# What you should do
Output exactly the first line of the listing and each line after it, through the line that contains "# Some blends are built 0.0001 mm under size"; add nothing else.

# Information supplied
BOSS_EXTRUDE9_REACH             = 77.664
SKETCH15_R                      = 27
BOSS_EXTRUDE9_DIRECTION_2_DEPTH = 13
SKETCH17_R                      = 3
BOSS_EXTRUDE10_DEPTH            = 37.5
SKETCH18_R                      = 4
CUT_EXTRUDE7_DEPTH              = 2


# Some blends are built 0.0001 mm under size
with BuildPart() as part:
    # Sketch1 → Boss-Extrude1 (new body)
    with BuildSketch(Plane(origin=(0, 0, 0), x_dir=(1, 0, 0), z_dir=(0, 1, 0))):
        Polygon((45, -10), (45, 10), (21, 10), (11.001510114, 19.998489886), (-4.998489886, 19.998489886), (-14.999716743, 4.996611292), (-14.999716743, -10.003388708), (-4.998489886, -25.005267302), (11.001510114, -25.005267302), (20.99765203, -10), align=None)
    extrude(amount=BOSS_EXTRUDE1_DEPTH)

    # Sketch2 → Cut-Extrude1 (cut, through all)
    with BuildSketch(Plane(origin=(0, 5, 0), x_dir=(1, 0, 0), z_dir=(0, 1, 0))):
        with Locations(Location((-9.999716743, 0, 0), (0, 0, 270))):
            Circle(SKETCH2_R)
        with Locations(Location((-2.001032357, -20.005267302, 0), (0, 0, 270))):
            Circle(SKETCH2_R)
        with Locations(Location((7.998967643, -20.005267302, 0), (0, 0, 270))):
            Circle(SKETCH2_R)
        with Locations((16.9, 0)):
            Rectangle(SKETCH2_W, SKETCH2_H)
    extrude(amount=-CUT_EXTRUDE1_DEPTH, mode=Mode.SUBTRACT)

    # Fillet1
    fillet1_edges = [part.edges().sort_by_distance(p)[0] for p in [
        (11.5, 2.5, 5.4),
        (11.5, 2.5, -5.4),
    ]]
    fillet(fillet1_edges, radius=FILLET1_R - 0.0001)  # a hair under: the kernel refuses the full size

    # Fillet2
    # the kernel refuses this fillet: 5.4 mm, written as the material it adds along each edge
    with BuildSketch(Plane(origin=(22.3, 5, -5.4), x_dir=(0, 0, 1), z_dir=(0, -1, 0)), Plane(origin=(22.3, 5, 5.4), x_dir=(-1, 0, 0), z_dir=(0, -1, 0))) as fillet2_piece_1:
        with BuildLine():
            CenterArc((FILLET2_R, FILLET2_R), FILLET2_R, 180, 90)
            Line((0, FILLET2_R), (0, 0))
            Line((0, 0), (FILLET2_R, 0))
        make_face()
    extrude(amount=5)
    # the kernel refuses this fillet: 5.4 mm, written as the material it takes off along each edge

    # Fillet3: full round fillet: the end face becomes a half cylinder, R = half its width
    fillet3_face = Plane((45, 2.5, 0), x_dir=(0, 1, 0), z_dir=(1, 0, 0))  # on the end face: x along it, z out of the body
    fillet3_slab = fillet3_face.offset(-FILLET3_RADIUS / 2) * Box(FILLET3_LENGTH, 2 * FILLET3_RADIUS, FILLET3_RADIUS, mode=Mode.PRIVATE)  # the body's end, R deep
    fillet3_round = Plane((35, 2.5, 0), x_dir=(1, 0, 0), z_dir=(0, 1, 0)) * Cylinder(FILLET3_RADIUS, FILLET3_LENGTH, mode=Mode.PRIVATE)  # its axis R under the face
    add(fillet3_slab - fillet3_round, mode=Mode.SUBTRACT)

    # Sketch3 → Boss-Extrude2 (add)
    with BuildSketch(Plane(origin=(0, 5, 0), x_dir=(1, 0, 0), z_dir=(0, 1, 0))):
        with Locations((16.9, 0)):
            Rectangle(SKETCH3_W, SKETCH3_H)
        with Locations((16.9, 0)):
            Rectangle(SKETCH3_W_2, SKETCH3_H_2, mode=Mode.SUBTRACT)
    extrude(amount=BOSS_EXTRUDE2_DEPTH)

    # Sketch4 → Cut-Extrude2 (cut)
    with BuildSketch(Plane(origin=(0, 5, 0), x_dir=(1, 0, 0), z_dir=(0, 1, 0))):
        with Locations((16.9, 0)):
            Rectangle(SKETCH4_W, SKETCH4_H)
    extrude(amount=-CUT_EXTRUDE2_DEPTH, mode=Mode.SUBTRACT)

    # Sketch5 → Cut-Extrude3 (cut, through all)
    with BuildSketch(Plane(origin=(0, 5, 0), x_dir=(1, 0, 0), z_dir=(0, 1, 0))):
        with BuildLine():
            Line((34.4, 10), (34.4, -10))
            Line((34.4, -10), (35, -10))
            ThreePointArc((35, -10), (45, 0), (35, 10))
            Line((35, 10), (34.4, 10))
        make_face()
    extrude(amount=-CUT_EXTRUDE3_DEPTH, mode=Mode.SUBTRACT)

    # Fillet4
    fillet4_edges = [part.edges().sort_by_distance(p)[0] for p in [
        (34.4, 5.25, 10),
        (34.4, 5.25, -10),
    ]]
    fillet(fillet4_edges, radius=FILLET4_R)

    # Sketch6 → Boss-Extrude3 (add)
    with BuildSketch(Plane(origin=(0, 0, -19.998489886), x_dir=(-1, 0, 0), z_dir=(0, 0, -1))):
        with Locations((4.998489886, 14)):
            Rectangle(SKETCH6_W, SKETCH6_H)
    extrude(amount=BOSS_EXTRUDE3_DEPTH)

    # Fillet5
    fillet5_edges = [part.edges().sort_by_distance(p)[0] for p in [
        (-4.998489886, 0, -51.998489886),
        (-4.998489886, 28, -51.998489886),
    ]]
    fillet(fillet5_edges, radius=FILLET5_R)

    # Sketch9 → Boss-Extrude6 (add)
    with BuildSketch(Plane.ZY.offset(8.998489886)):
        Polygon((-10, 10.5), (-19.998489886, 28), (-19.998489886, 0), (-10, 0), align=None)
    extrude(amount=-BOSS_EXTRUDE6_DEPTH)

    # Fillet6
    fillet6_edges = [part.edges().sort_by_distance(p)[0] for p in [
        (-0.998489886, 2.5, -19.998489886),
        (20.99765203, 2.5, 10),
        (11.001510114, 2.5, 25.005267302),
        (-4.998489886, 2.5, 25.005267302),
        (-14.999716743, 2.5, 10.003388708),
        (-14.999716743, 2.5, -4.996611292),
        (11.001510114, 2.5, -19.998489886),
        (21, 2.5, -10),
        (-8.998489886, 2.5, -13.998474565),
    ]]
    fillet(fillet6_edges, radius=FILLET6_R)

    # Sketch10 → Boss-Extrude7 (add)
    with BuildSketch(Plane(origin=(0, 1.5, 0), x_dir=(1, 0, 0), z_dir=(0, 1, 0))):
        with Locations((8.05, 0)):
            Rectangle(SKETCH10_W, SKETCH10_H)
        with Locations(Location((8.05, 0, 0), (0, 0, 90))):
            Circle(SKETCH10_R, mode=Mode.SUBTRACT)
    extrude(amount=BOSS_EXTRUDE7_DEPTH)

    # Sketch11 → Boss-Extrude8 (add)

# Task result
BOSS_EXTRUDE9_REACH             = 77.664
SKETCH15_R                      = 27
BOSS_EXTRUDE9_DIRECTION_2_DEPTH = 13
SKETCH17_R                      = 3
BOSS_EXTRUDE10_DEPTH            = 37.5
SKETCH18_R                      = 4
CUT_EXTRUDE7_DEPTH              = 2


# Some blends are built 0.0001 mm under size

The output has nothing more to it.